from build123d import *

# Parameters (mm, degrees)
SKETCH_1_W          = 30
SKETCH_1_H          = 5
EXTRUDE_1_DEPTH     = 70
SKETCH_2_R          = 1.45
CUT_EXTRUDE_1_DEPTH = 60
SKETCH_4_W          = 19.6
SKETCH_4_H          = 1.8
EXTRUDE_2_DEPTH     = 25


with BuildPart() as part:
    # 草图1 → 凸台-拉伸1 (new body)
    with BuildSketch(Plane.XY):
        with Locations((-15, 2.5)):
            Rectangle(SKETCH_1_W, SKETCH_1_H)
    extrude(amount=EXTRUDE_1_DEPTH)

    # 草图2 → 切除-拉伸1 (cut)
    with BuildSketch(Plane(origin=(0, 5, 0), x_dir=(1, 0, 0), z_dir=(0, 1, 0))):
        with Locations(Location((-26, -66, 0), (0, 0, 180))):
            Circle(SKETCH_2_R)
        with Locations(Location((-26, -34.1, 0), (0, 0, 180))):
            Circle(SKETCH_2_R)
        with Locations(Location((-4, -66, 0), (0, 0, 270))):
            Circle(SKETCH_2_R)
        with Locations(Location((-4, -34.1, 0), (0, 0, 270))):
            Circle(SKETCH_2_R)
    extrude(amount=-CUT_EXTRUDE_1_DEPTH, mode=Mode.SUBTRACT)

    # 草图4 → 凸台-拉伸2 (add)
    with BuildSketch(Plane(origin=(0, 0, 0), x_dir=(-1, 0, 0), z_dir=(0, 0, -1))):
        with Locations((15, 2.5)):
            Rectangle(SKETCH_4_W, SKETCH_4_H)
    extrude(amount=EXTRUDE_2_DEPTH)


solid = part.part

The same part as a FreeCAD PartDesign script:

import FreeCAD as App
import Part
import Sketcher

V = App.Vector


def add_polygon(sketch, points):
    """Adds a closed chain of lines whose ends are joined by coincident constraints."""
    first, n = sketch.GeometryCount, len(points)
    for a, b in zip(points, points[1:] + points[:1]):
        sketch.addGeometry(Part.LineSegment(App.Vector(*a, 0), App.Vector(*b, 0)), False)
    for i in range(n):
        sketch.addConstraint(Sketcher.Constraint("Coincident", first + i, 2, first + (i + 1) % n, 1))

doc = App.newDocument("Part")
body = doc.addObject("PartDesign::Body", "Body")

sketch1 = body.newObject("Sketcher::SketchObject", "Sketch")
sketch1.AttachmentSupport = (doc.getObject("XY_Plane"), [""])
sketch1.MapMode = "FlatFace"
add_polygon(sketch1, [(-30, 5), (-30, 0), (0, 0), (0, 5)])
sketch1.addConstraint([
    Sketcher.Constraint("Vertical", 0),
    Sketcher.Constraint("Horizontal", 1),
    Sketcher.Constraint("Vertical", 2),
    Sketcher.Constraint("Horizontal", 3),
    Sketcher.Constraint("Coincident", 1, 2, -1, 1),
    Sketcher.Constraint("DistanceX", 1, 1, 1, 2, 30.0),
    Sketcher.Constraint("DistanceY", 0, 2, 0, 1, 5.0),
])
pad1 = body.newObject("PartDesign::Pad", "Pad")
pad1.Profile = sketch1
pad1.Length = 70

sketch2 = body.newObject("Sketcher::SketchObject", "Sketch001")
sketch2.AttachmentSupport = (doc.getObject("XZ_Plane"), [""])
sketch2.MapMode = "FlatFace"
sketch2.AttachmentOffset = App.Placement(V(0, 0, -5), App.Rotation())
sketch2.addGeometry([
    Part.Circle(V(-26, 66, 0), V(0, 0, 1), 1.4),
    Part.Circle(V(-26, 34.1, 0), V(0, 0, 1), 1.4),
    Part.Circle(V(-4, 66, 0), V(0, 0, 1), 1.4),
    Part.Circle(V(-4, 34.1, 0), V(0, 0, 1), 1.4),
], False)
sketch2.addConstraint([
    Sketcher.Constraint("Equal", 0, 1),
    Sketcher.Constraint("Equal", 1, 2),
    Sketcher.Constraint("Equal", 2, 3),
    Sketcher.Constraint("Horizontal", 0, 3, 2, 3),
    Sketcher.Constraint("Horizontal", 1, 3, 3, 3),
    Sketcher.Constraint("Vertical", 0, 3, 1, 3),
    Sketcher.Constraint("Vertical", 2, 3, 3, 3),
    Sketcher.Constraint("Diameter", 0, 2.9),
    Sketcher.Constraint("DistanceX", 0, 3, -1, 1, 26.0),
    Sketcher.Constraint("DistanceY", -1, 1, 0, 3, 66.0),
    Sketcher.Constraint("DistanceX", 2, 3, -1, 1, 4.0),
    Sketcher.Constraint("DistanceY", -1, 1, 1, 3, 34.1),
])
pocket1 = body.newObject("PartDesign::Pocket", "Pocket")
pocket1.Profile = sketch2
pocket1.Length = 60
pocket1.Reversed = True

sketch3 = body.newObject("Sketcher::SketchObject", "Sketch002")
sketch3.AttachmentSupport = (doc.getObject("XY_Plane"), [""])
sketch3.MapMode = "FlatFace"
add_polygon(sketch3, [(-5.2, 3.4), (-5.2, 1.6), (-24.8, 1.6), (-24.8, 3.4)])
sketch3.addConstraint([
    Sketcher.Constraint("Vertical", 0),
    Sketcher.Constraint("Horizontal", 1),
    Sketcher.Constraint("Vertical", 2),
    Sketcher.Constraint("Horizontal", 3),
    Sketcher.Constraint("DistanceX", 1, 2, 1, 1, 19.6),
    Sketcher.Constraint("DistanceY", 0, 2, 0, 1, 1.8),
    Sketcher.Constraint("DistanceX", 0, 2, -1, 1, 5.2),
    Sketcher.Constraint("DistanceY", -1, 1, 0, 2, 1.6),
])
pad2 = body.newObject("PartDesign::Pad", "Pad001")
pad2.Profile = sketch3
pad2.Length = 25
pad2.Reversed = True

doc.recompute()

--------------------------------

**Your instructions:**
Every line of data must be returned unchanged.

**Answer to this exercise:**
from build123d import *

# Parameters (mm, degrees)
SKETCH_1_W          = 30
SKETCH_1_H          = 5
EXTRUDE_1_DEPTH     = 70
SKETCH_2_R          = 1.45
CUT_EXTRUDE_1_DEPTH = 60
SKETCH_4_W          = 19.6
SKETCH_4_H          = 1.8
EXTRUDE_2_DEPTH     = 25


with BuildPart() as part:
    # 草图1 → 凸台-拉伸1 (new body)
    with BuildSketch(Plane.XY):
        with Locations((-15, 2.5)):
            Rectangle(SKETCH_1_W, SKETCH_1_H)
    extrude(amount=EXTRUDE_1_DEPTH)

    # 草图2 → 切除-拉伸1 (cut)
    with BuildSketch(Plane(origin=(0, 5, 0), x_dir=(1, 0, 0), z_dir=(0, 1, 0))):
        with Locations(Location((-26, -66, 0), (0, 0, 180))):
            Circle(SKETCH_2_R)
        with Locations(Location((-26, -34.1, 0), (0, 0, 180))):
            Circle(SKETCH_2_R)
        with Locations(Location((-4, -66, 0), (0, 0, 270))):
            Circle(SKETCH_2_R)
        with Locations(Location((-4, -34.1, 0), (0, 0, 270))):
            Circle(SKETCH_2_R)
    extrude(amount=-CUT_EXTRUDE_1_DEPTH, mode=Mode.SUBTRACT)

    # 草图4 → 凸台-拉伸2 (add)
    with BuildSketch(Plane(origin=(0, 0, 0), x_dir=(-1, 0, 0), z_dir=(0, 0, -1))):
        with Locations((15, 2.5)):
            Rectangle(SKETCH_4_W, SKETCH_4_H)
    extrude(amount=EXTRUDE_2_DEPTH)


solid = part.part

The same part as a FreeCAD PartDesign script:

import FreeCAD as App
import Part
import Sketcher

V = App.Vector


def add_polygon(sketch, points):
    """Adds a closed chain of lines whose ends are joined by coincident constraints."""
    first, n = sketch.GeometryCount, len(points)
    for a, b in zip(points, points[1:] + points[:1]):
        sketch.addGeometry(Part.LineSegment(App.Vector(*a, 0), App.Vector(*b, 0)), False)
    for i in range(n):
        sketch.addConstraint(Sketcher.Constraint("Coincident", first + i, 2, first + (i + 1) % n, 1))

doc = App.newDocument("Part")
body = doc.addObject("PartDesign::Body", "Body")

sketch1 = body.newObject("Sketcher::SketchObject", "Sketch")
sketch1.AttachmentSupport = (doc.getObject("XY_Plane"), [""])
sketch1.MapMode = "FlatFace"
add_polygon(sketch1, [(-30, 5), (-30, 0), (0, 0), (0, 5)])
sketch1.addConstraint([
    Sketcher.Constraint("Vertical", 0),
    Sketcher.Constraint("Horizontal", 1),
    Sketcher.Constraint("Vertical", 2),
    Sketcher.Constraint("Horizontal", 3),
    Sketcher.Constraint("Coincident", 1, 2, -1, 1),
    Sketcher.Constraint("DistanceX", 1, 1, 1, 2, 30.0),
    Sketcher.Constraint("DistanceY", 0, 2, 0, 1, 5.0),
])
pad1 = body.newObject("PartDesign::Pad", "Pad")
pad1.Profile = sketch1
pad1.Length = 70

sketch2 = body.newObject("Sketcher::SketchObject", "Sketch001")
sketch2.AttachmentSupport = (doc.getObject("XZ_Plane"), [""])
sketch2.MapMode = "FlatFace"
sketch2.AttachmentOffset = App.Placement(V(0, 0, -5), App.Rotation())
sketch2.addGeometry([
    Part.Circle(V(-26, 66, 0), V(0, 0, 1), 1.4),
    Part.Circle(V(-26, 34.1, 0), V(0, 0, 1), 1.4),
    Part.Circle(V(-4, 66, 0), V(0, 0, 1), 1.4),
    Part.Circle(V(-4, 34.1, 0), V(0, 0, 1), 1.4),
], False)
sketch2.addConstraint([
    Sketcher.Constraint("Equal", 0, 1),
    Sketcher.Constraint("Equal", 1, 2),
    Sketcher.Constraint("Equal", 2, 3),
    Sketcher.Constraint("Horizontal", 0, 3, 2, 3),
    Sketcher.Constraint("Horizontal", 1, 3, 3, 3),
    Sketcher.Constraint("Vertical", 0, 3, 1, 3),
    Sketcher.Constraint("Vertical", 2, 3, 3, 3),
    Sketcher.Constraint("Diameter", 0, 2.9),
    Sketcher.Constraint("DistanceX", 0, 3, -1, 1, 26.0),
    Sketcher.Constraint("DistanceY", -1, 1, 0, 3, 66.0),
    Sketcher.Constraint("DistanceX", 2, 3, -1, 1, 4.0),
    Sketcher.Constraint("DistanceY", -1, 1, 1, 3, 34.1),
])
pocket1 = body.newObject("PartDesign::Pocket", "Pocket")
pocket1.Profile = sketch2
pocket1.Length = 60
pocket1.Reversed = True

sketch3 = body.newObject("Sketcher::SketchObject", "Sketch002")
sketch3.AttachmentSupport = (doc.getObject("XY_Plane"), [""])
sketch3.MapMode = "FlatFace"
add_polygon(sketch3, [(-5.2, 3.4), (-5.2, 1.6), (-24.8, 1.6), (-24.8, 3.4)])
sketch3.addConstraint([
    Sketcher.Constraint("Vertical", 0),
    Sketcher.Constraint("Horizontal", 1),
    Sketcher.Constraint("Vertical", 2),
    Sketcher.Constraint("Horizontal", 3),
    Sketcher.Constraint("DistanceX", 1, 2, 1, 1, 19.6),
    Sketcher.Constraint("DistanceY", 0, 2, 0, 1, 1.8),
    Sketcher.Constraint("DistanceX", 0, 2, -1, 1, 5.2),
    Sketcher.Constraint("DistanceY", -1, 1, 0, 2, 1.6),
])
pad2 = body.newObject("PartDesign::Pad", "Pad001")
pad2.Profile = sketch3
pad2.Length = 25
pad2.Reversed = True

doc.recompute()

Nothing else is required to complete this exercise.